======== Provided records

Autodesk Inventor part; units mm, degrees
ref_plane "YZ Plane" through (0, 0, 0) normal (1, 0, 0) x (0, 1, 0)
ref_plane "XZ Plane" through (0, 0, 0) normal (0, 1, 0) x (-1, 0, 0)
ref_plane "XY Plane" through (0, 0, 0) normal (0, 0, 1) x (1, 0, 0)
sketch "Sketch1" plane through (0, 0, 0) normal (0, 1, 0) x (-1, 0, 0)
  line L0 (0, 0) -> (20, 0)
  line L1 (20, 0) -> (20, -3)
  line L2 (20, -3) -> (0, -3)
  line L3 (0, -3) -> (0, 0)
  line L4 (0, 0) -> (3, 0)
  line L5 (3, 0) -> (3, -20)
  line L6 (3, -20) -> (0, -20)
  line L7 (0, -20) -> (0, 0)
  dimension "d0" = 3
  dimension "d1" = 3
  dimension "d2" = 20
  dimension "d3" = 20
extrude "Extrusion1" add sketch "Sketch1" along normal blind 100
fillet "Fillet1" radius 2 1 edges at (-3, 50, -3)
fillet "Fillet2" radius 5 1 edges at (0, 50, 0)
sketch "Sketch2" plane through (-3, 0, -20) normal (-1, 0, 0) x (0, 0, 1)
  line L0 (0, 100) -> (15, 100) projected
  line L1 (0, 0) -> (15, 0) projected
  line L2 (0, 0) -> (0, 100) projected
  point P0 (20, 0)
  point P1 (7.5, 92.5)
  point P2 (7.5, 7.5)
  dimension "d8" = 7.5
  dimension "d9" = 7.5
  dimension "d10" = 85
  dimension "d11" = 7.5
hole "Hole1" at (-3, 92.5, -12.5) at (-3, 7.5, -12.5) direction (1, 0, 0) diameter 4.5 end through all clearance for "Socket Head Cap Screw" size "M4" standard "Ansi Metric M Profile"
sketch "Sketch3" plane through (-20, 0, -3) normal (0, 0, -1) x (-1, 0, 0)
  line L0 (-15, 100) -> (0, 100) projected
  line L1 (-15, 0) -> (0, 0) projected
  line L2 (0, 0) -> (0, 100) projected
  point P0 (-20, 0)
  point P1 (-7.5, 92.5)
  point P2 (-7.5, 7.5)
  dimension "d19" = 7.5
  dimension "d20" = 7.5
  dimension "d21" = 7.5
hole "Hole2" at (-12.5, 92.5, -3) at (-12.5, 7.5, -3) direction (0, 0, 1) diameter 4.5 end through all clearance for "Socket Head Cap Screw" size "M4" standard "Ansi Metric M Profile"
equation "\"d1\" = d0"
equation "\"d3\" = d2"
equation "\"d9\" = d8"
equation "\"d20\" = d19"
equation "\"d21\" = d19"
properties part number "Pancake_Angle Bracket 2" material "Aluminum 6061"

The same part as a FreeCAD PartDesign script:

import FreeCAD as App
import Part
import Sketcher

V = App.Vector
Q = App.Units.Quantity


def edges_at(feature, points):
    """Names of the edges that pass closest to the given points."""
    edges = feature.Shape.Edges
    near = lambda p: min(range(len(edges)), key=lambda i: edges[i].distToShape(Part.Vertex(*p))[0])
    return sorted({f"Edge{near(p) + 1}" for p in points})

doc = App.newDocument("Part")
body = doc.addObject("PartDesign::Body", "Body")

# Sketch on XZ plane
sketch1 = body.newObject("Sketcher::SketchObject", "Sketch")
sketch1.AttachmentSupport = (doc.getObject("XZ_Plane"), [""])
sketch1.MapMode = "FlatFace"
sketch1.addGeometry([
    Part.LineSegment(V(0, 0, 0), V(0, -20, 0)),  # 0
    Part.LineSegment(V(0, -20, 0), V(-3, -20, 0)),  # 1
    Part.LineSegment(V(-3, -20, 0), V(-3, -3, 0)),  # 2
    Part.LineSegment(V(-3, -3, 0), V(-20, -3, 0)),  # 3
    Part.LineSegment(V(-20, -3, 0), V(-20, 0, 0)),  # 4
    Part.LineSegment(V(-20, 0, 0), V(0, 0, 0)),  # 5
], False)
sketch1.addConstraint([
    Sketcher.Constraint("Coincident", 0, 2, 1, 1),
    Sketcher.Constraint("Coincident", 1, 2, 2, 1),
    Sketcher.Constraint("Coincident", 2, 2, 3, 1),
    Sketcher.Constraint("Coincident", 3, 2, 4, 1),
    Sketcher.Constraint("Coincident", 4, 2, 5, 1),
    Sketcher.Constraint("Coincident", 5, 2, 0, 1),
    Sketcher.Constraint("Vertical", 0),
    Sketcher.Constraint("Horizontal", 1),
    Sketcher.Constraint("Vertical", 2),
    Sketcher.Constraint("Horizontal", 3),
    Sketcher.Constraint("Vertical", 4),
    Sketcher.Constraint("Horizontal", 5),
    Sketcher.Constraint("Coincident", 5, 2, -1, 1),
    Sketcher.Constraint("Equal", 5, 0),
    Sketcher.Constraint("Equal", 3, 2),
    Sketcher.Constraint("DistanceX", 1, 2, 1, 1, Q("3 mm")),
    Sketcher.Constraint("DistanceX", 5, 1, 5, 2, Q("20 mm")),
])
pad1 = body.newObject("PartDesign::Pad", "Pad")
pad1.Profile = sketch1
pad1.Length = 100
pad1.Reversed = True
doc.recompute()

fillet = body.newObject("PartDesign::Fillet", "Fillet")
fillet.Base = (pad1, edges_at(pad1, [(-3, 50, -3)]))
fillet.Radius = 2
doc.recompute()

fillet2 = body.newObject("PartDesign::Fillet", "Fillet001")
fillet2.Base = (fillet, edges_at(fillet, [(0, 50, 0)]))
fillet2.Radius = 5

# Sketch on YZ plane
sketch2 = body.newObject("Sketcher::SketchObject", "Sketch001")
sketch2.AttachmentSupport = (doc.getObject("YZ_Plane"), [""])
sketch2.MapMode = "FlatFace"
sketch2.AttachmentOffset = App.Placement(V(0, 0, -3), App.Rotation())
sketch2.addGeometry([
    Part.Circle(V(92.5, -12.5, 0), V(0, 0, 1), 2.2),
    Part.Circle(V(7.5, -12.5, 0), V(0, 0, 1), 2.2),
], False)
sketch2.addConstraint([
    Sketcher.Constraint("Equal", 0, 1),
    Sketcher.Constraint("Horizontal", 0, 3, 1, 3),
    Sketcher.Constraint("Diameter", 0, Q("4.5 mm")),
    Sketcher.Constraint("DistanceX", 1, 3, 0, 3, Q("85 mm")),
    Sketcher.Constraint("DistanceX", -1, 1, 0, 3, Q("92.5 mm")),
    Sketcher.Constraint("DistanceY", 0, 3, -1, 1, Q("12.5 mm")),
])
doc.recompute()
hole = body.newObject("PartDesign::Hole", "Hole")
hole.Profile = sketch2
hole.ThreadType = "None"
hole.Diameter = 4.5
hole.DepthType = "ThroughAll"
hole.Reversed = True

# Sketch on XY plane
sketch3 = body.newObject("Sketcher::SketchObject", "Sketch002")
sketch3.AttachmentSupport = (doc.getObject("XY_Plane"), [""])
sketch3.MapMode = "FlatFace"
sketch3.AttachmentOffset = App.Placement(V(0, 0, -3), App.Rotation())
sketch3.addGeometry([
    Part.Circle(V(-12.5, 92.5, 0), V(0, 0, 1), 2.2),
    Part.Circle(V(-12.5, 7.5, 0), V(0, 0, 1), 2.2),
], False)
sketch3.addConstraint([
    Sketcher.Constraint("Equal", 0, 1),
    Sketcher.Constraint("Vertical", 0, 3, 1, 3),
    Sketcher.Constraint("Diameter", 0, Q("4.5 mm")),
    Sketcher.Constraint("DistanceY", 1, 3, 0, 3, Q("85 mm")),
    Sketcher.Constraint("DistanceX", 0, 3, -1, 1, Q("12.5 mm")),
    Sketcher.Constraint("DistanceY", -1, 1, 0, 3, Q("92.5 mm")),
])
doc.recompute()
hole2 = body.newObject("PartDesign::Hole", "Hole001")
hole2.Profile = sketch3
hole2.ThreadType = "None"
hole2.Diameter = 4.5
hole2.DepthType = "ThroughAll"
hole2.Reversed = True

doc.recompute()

================

Print exactly, and only, the lines beginning at the top of the listing and ending at the line with "0) x (0, 0, 1)".

Autodesk Inventor part; units mm, degrees
ref_plane "YZ Plane" through (0, 0, 0) normal (1, 0, 0) x (0, 1, 0)
ref_plane "XZ Plane" through (0, 0, 0) normal (0, 1, 0) x (-1, 0, 0)
ref_plane "XY Plane" through (0, 0, 0) normal (0, 0, 1) x (1, 0, 0)
sketch "Sketch1" plane through (0, 0, 0) normal (0, 1, 0) x (-1, 0, 0)
  line L0 (0, 0) -> (20, 0)
  line L1 (20, 0) -> (20, -3)
  line L2 (20, -3) -> (0, -3)
  line L3 (0, -3) -> (0, 0)
  line L4 (0, 0) -> (3, 0)
  line L5 (3, 0) -> (3, -20)
  line L6 (3, -20) -> (0, -20)
  line L7 (0, -20) -> (0, 0)
  dimension "d0" = 3
  dimension "d1" = 3
  dimension "d2" = 20
  dimension "d3" = 20
extrude "Extrusion1" add sketch "Sketch1" along normal blind 100
fillet "Fillet1" radius 2 1 edges at (-3, 50, -3)
fillet "Fillet2" radius 5 1 edges at (0, 50, 0)
sketch "Sketch2" plane through (-3, 0, -20) normal (-1, 0, 0) x (0, 0, 1)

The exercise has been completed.